=== WHAT YOU NEED TO DO ===
Take the entries below and print, exactly, the stretch from the line containing "v1 (426.583702,244.433854,6.35)" through the line containing "e18 v18 v18", both included.

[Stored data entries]
- - - -
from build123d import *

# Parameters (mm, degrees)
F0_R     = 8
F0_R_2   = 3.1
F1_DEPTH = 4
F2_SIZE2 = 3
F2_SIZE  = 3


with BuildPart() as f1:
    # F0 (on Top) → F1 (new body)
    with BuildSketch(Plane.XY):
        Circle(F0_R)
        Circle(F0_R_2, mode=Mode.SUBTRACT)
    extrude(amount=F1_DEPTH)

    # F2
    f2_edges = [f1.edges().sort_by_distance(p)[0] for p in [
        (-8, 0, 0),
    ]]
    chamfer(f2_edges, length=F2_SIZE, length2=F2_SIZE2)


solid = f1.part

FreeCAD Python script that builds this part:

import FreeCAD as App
import Part
import Sketcher
Q = App.Units.Quantity


def edges_at(feature, points):
    """Names of the edges that pass closest to the given points."""
    edges = feature.Shape.Edges
    near = lambda p: min(range(len(edges)), key=lambda i: edges[i].distToShape(Part.Vertex(*p))[0])
    return sorted({f"Edge{near(p) + 1}" for p in points})

doc = App.newDocument("Part")
body = doc.addObject("PartDesign::Body", "Body")

# Sketch on XY plane
sketch1 = body.newObject("Sketcher::SketchObject", "Sketch")
sketch1.AttachmentSupport = (doc.getObject("XY_Plane"), [""])
sketch1.MapMode = "FlatFace"
sketch1.addGeometry([
    Part.Circle(App.Vector(0, 0, 0), App.Vector(0, 0, 1), 8),
    Part.Circle(App.Vector(0, 0, 0), App.Vector(0, 0, 1), 3.1),
], False)
sketch1.addConstraint([
    Sketcher.Constraint("Coincident", 0, 3, -1, 1),
    Sketcher.Constraint("Coincident", 1, 3, -1, 1),
    Sketcher.Constraint("Diameter", 0, Q("16 mm")),
    Sketcher.Constraint("Diameter", 1, Q("6.2 mm")),
])
pad1 = body.newObject("PartDesign::Pad", "Pad")
pad1.Profile = sketch1
pad1.Length = 4
doc.recompute()

chamfer = body.newObject("PartDesign::Chamfer", "Chamfer")
chamfer.Base = (pad1, edges_at(pad1, [(-8, 0, 0)]))
chamfer.ChamferType = "Two distances"
chamfer.Size = 3
chamfer.Size2 = 3

doc.recompute()
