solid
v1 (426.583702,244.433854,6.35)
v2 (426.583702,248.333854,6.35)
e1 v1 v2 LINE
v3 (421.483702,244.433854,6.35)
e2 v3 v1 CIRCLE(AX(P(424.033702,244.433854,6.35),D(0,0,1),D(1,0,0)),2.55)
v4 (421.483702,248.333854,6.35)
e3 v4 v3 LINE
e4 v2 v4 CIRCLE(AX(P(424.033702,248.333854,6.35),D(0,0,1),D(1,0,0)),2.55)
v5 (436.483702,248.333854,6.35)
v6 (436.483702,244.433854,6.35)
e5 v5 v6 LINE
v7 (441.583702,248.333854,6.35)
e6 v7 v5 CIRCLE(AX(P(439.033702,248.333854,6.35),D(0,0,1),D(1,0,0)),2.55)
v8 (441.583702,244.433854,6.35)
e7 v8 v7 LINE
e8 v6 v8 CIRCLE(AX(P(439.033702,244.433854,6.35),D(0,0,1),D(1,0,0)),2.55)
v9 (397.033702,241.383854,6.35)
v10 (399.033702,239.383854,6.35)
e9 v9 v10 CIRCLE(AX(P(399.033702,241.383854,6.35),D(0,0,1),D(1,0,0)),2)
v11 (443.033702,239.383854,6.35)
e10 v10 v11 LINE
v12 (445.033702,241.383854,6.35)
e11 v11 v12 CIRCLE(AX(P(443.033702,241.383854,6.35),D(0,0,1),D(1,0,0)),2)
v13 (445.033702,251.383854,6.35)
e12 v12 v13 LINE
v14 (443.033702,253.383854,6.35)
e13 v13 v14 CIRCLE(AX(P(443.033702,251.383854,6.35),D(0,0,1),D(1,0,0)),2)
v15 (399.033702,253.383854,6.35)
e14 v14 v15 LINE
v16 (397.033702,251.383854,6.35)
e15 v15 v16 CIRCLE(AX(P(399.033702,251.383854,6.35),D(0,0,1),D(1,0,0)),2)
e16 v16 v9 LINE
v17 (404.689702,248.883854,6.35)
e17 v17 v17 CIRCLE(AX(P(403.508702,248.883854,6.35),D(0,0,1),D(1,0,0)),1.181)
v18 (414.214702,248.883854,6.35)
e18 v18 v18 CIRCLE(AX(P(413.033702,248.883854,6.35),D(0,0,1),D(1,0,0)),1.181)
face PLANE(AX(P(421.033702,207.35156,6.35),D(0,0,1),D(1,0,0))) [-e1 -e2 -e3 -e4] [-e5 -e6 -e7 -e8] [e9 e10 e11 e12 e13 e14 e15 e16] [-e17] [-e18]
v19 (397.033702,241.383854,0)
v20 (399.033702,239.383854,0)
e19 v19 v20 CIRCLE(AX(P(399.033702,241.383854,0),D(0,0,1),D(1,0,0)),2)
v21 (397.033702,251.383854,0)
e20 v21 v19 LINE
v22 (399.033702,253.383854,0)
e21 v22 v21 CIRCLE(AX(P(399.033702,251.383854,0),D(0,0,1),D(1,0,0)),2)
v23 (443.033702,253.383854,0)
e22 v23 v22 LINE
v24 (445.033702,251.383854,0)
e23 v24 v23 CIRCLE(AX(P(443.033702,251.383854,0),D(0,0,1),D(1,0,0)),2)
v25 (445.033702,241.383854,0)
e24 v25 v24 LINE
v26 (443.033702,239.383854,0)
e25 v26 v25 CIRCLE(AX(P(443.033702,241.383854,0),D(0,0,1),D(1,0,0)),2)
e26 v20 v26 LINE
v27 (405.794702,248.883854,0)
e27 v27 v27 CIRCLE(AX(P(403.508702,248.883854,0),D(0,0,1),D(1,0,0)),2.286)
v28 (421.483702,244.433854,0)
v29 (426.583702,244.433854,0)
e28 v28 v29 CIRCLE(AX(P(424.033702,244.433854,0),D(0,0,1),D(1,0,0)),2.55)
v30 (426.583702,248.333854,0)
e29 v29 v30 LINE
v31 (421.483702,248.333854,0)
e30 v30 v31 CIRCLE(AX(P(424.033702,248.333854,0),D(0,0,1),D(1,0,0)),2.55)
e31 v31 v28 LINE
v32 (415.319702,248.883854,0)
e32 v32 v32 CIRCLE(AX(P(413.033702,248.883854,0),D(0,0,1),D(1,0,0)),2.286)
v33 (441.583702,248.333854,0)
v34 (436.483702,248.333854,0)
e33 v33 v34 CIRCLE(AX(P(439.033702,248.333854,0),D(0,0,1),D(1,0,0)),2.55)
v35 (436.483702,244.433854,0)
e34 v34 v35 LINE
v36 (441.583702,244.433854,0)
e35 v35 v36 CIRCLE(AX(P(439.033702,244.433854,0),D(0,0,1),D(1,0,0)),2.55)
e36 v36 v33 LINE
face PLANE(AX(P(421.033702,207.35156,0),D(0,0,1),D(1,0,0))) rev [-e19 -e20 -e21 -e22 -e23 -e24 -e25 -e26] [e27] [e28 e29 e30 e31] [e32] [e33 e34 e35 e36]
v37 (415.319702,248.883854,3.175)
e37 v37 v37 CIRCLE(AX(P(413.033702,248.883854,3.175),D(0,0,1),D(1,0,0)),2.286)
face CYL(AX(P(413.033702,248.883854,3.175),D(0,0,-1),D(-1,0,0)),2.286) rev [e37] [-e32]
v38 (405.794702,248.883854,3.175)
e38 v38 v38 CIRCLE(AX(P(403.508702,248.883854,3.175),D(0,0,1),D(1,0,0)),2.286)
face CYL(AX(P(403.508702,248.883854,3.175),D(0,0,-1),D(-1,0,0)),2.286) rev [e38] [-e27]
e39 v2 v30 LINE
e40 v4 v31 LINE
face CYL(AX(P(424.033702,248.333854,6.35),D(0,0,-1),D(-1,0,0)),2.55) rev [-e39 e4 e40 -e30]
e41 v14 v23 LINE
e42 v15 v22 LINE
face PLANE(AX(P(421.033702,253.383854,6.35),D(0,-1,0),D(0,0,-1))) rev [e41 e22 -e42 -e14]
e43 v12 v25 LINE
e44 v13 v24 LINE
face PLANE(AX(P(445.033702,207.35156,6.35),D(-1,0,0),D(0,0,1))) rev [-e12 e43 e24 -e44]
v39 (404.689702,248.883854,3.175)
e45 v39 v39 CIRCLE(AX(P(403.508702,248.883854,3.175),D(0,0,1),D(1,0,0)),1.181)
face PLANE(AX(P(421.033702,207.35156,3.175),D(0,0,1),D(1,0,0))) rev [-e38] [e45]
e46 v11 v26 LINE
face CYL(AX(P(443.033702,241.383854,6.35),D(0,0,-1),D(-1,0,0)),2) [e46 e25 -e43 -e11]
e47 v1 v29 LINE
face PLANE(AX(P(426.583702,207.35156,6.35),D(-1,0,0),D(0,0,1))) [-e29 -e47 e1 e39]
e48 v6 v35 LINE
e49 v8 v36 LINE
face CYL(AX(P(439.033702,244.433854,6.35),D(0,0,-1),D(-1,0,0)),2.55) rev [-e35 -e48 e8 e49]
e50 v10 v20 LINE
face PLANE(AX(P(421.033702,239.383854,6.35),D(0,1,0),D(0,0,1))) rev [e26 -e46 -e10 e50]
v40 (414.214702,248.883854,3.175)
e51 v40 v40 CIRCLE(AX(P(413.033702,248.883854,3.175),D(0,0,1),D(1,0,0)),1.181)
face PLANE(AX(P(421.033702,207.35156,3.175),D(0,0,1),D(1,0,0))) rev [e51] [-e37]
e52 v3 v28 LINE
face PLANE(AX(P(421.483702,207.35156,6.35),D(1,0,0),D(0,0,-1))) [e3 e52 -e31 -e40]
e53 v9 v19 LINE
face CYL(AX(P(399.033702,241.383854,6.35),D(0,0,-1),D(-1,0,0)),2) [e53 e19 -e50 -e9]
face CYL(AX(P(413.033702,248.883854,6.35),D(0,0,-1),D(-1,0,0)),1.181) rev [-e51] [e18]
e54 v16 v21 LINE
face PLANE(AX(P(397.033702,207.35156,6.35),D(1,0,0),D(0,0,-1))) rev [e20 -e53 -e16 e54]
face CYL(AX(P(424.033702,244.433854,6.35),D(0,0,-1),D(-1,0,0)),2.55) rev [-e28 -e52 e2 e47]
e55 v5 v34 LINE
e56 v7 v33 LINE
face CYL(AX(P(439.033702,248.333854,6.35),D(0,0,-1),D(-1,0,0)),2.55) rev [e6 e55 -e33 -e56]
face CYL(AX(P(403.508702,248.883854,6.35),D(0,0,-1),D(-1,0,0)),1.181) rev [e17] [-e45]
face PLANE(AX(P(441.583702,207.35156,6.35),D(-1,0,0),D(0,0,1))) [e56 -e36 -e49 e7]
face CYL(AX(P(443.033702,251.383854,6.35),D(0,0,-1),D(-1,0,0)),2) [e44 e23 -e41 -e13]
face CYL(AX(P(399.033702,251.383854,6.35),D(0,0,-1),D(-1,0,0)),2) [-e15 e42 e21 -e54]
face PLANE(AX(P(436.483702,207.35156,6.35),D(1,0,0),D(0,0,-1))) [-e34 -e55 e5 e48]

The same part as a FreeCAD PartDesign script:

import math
import FreeCAD as App
import Part
import Sketcher

V = App.Vector
Q = App.Units.Quantity

doc = App.newDocument("Part")
body = doc.addObject("PartDesign::Body", "Body")

sketch1 = body.newObject("Sketcher::SketchObject", "Sketch")
sketch1.AttachmentSupport = (doc.getObject("XY_Plane"), [""])
sketch1.MapMode = "FlatFace"
sketch1.addGeometry([
    Part.LineSegment(V(399, 239.4, 0), V(443, 239.4, 0)),
    Part.ArcOfCircle(Part.Circle(V(443, 241.4, 0), V(0, 0, 1), 2), math.radians(-90), math.radians(0)),
    Part.LineSegment(V(445, 241.4, 0), V(445, 251.4, 0)),
    Part.ArcOfCircle(Part.Circle(V(443, 251.4, 0), V(0, 0, 1), 2), math.radians(0), math.radians(90)),
    Part.LineSegment(V(443, 253.4, 0), V(399, 253.4, 0)),
    Part.ArcOfCircle(Part.Circle(V(399, 251.4, 0), V(0, 0, 1), 2), math.radians(90), math.radians(180)),
    Part.LineSegment(V(397, 251.4, 0), V(397, 241.4, 0)),
    Part.ArcOfCircle(Part.Circle(V(399, 241.4, 0), V(0, 0, 1), 2), math.radians(180), math.radians(270)),
    Part.ArcOfCircle(Part.Circle(V(424, 244.4, 0), V(0, 0, 1), 2.5), math.radians(180), math.radians(360)),
    Part.LineSegment(V(421.5, 244.4, 0), V(421.5, 248.3, 0)),
    Part.ArcOfCircle(Part.Circle(V(424, 248.3, 0), V(0, 0, 1), 2.5), math.radians(0), math.radians(180)),
    Part.LineSegment(V(426.6, 248.3, 0), V(426.6, 244.4, 0)),
    Part.ArcOfCircle(Part.Circle(V(439, 244.4, 0), V(0, 0, 1), 2.5), math.radians(180), math.radians(360)),
    Part.LineSegment(V(436.5, 244.4, 0), V(436.5, 248.3, 0)),
    Part.ArcOfCircle(Part.Circle(V(439, 248.3, 0), V(0, 0, 1), 2.5), math.radians(0), math.radians(180)),
    Part.LineSegment(V(441.6, 248.3, 0), V(441.6, 244.4, 0)),
    Part.Circle(V(403.5, 248.9, 0), V(0, 0, 1), 1.2),
    Part.Circle(V(413, 248.9, 0), V(0, 0, 1), 1.2),
], False)
sketch1.addConstraint([
    Sketcher.Constraint("Tangent", 0, 2, 1, 1),
    Sketcher.Constraint("Tangent", 1, 2, 2, 1),
    Sketcher.Constraint("Tangent", 2, 2, 3, 1),
    Sketcher.Constraint("Tangent", 3, 2, 4, 1),
    Sketcher.Constraint("Tangent", 4, 2, 5, 1),
    Sketcher.Constraint("Tangent", 5, 2, 6, 1),
    Sketcher.Constraint("Tangent", 6, 2, 7, 1),
    Sketcher.Constraint("Tangent", 7, 2, 0, 1),
    Sketcher.Constraint("Tangent", 8, 1, 9, 1),
    Sketcher.Constraint("Tangent", 9, 2, 10, 2),
    Sketcher.Constraint("Tangent", 10, 1, 11, 1),
    Sketcher.Constraint("Tangent", 11, 2, 8, 2),
    Sketcher.Constraint("Tangent", 12, 1, 13, 1),
    Sketcher.Constraint("Tangent", 13, 2, 14, 2),
    Sketcher.Constraint("Tangent", 14, 1, 15, 1),
    Sketcher.Constraint("Tangent", 15, 2, 12, 2),
    Sketcher.Constraint("Horizontal", 0),
    Sketcher.Constraint("Vertical", 2),
    Sketcher.Constraint("Horizontal", 4),
    Sketcher.Constraint("Vertical", 6),
    Sketcher.Constraint("Vertical", 9),
    Sketcher.Constraint("Vertical", 11),
    Sketcher.Constraint("Vertical", 13),
    Sketcher.Constraint("Vertical", 15),
    Sketcher.Constraint("Equal", 1, 3),
    Sketcher.Constraint("Equal", 3, 5),
    Sketcher.Constraint("Equal", 5, 7),
    Sketcher.Constraint("Equal", 10, 12),
    Sketcher.Constraint("Equal", 16, 17),
    Sketcher.Constraint("Horizontal", 8, 3, 12, 3),
    Sketcher.Constraint("Horizontal", 10, 3, 14, 3),
    Sketcher.Constraint("Horizontal", 16, 3, 17, 3),
    Sketcher.Constraint("Radius", 1, Q("2 mm")),
    Sketcher.Constraint("DistanceX", 0, 1, 0, 2, Q("44 mm")),
    Sketcher.Constraint("DistanceY", 2, 1, 2, 2, Q("10 mm")),
    Sketcher.Constraint("Radius", 8, Q("2.55 mm")),
    Sketcher.Constraint("Diameter", 16, Q("2.362 mm")),
    Sketcher.Constraint("DistanceY", 9, 1, 9, 2, Q("3.9 mm")),
    Sketcher.Constraint("DistanceX", 8, 3, 1, 3, Q("19 mm")),
    Sketcher.Constraint("DistanceX", 12, 3, 1, 3, Q("4 mm")),
    Sketcher.Constraint("DistanceX", 17, 3, 10, 3, Q("11 mm")),
    Sketcher.Constraint("DistanceY", 16, 3, 5, 3, Q("2.5 mm")),
    Sketcher.Constraint("DistanceY", 1, 3, 8, 3, Q("3.05 mm")),
    Sketcher.Constraint("DistanceX", 5, 3, 16, 3, Q("4.475 mm")),
    Sketcher.Constraint("DistanceX", -1, 1, 1, 3, Q("443.033702 mm")),
    Sketcher.Constraint("DistanceY", -1, 1, 1, 3, Q("241.383854 mm")),
])
pad1 = body.newObject("PartDesign::Pad", "Pad")
pad1.Profile = sketch1
pad1.Length = 6.35

sketch2 = body.newObject("Sketcher::SketchObject", "Sketch001")
sketch2.AttachmentSupport = (doc.getObject("XY_Plane"), [""])
sketch2.MapMode = "FlatFace"
sketch2.addGeometry([
    Part.Circle(V(403.5, 248.9, 0), V(0, 0, 1), 2.3),
    Part.Circle(V(403.5, 248.9, 0), V(0, 0, 1), 1.2),
    Part.Circle(V(413, 248.9, 0), V(0, 0, 1), 2.3),
    Part.Circle(V(413, 248.9, 0), V(0, 0, 1), 1.2),
], False)
sketch2.addConstraint([
    Sketcher.Constraint("Coincident", 1, 3, 0, 3),
    Sketcher.Constraint("Coincident", 3, 3, 2, 3),
    Sketcher.Constraint("Equal", 0, 2),
    Sketcher.Constraint("Equal", 1, 3),
    Sketcher.Constraint("Horizontal", 1, 3, 2, 3),
    Sketcher.Constraint("Diameter", 0, Q("4.572 mm")),
    Sketcher.Constraint("Diameter", 1, Q("2.362 mm")),
    Sketcher.Constraint("DistanceX", 0, 3, 2, 3, Q("9.525 mm")),
    Sketcher.Constraint("DistanceX", -1, 1, 0, 3, Q("403.508702 mm")),
    Sketcher.Constraint("DistanceY", -1, 1, 0, 3, Q("248.883854 mm")),
])
pocket1 = body.newObject("PartDesign::Pocket", "Pocket")
pocket1.Profile = sketch2
pocket1.Length = 3.175
pocket1.Reversed = True

doc.recompute()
- - - -
=== ANSWER TO THIS EXERCISE ===
v1 (426.583702,244.433854,6.35)
v2 (426.583702,248.333854,6.35)
e1 v1 v2 LINE
v3 (421.483702,244.433854,6.35)
e2 v3 v1 CIRCLE(AX(P(424.033702,244.433854,6.35),D(0,0,1),D(1,0,0)),2.55)
v4 (421.483702,248.333854,6.35)
e3 v4 v3 LINE
e4 v2 v4 CIRCLE(AX(P(424.033702,248.333854,6.35),D(0,0,1),D(1,0,0)),2.55)
v5 (436.483702,248.333854,6.35)
v6 (436.483702,244.433854,6.35)
e5 v5 v6 LINE
v7 (441.583702,248.333854,6.35)
e6 v7 v5 CIRCLE(AX(P(439.033702,248.333854,6.35),D(0,0,1),D(1,0,0)),2.55)
v8 (441.583702,244.433854,6.35)
e7 v8 v7 LINE
e8 v6 v8 CIRCLE(AX(P(439.033702,244.433854,6.35),D(0,0,1),D(1,0,0)),2.55)
v9 (397.033702,241.383854,6.35)
v10 (399.033702,239.383854,6.35)
e9 v9 v10 CIRCLE(AX(P(399.033702,241.383854,6.35),D(0,0,1),D(1,0,0)),2)
v11 (443.033702,239.383854,6.35)
e10 v10 v11 LINE
v12 (445.033702,241.383854,6.35)
e11 v11 v12 CIRCLE(AX(P(443.033702,241.383854,6.35),D(0,0,1),D(1,0,0)),2)
v13 (445.033702,251.383854,6.35)
e12 v12 v13 LINE
v14 (443.033702,253.383854,6.35)
e13 v13 v14 CIRCLE(AX(P(443.033702,251.383854,6.35),D(0,0,1),D(1,0,0)),2)
v15 (399.033702,253.383854,6.35)
e14 v14 v15 LINE
v16 (397.033702,251.383854,6.35)
e15 v15 v16 CIRCLE(AX(P(399.033702,251.383854,6.35),D(0,0,1),D(1,0,0)),2)
e16 v16 v9 LINE
v17 (404.689702,248.883854,6.35)
e17 v17 v17 CIRCLE(AX(P(403.508702,248.883854,6.35),D(0,0,1),D(1,0,0)),1.181)
v18 (414.214702,248.883854,6.35)
e18 v18 v18 CIRCLE(AX(P(413.033702,248.883854,6.35),D(0,0,1),D(1,0,0)),1.181)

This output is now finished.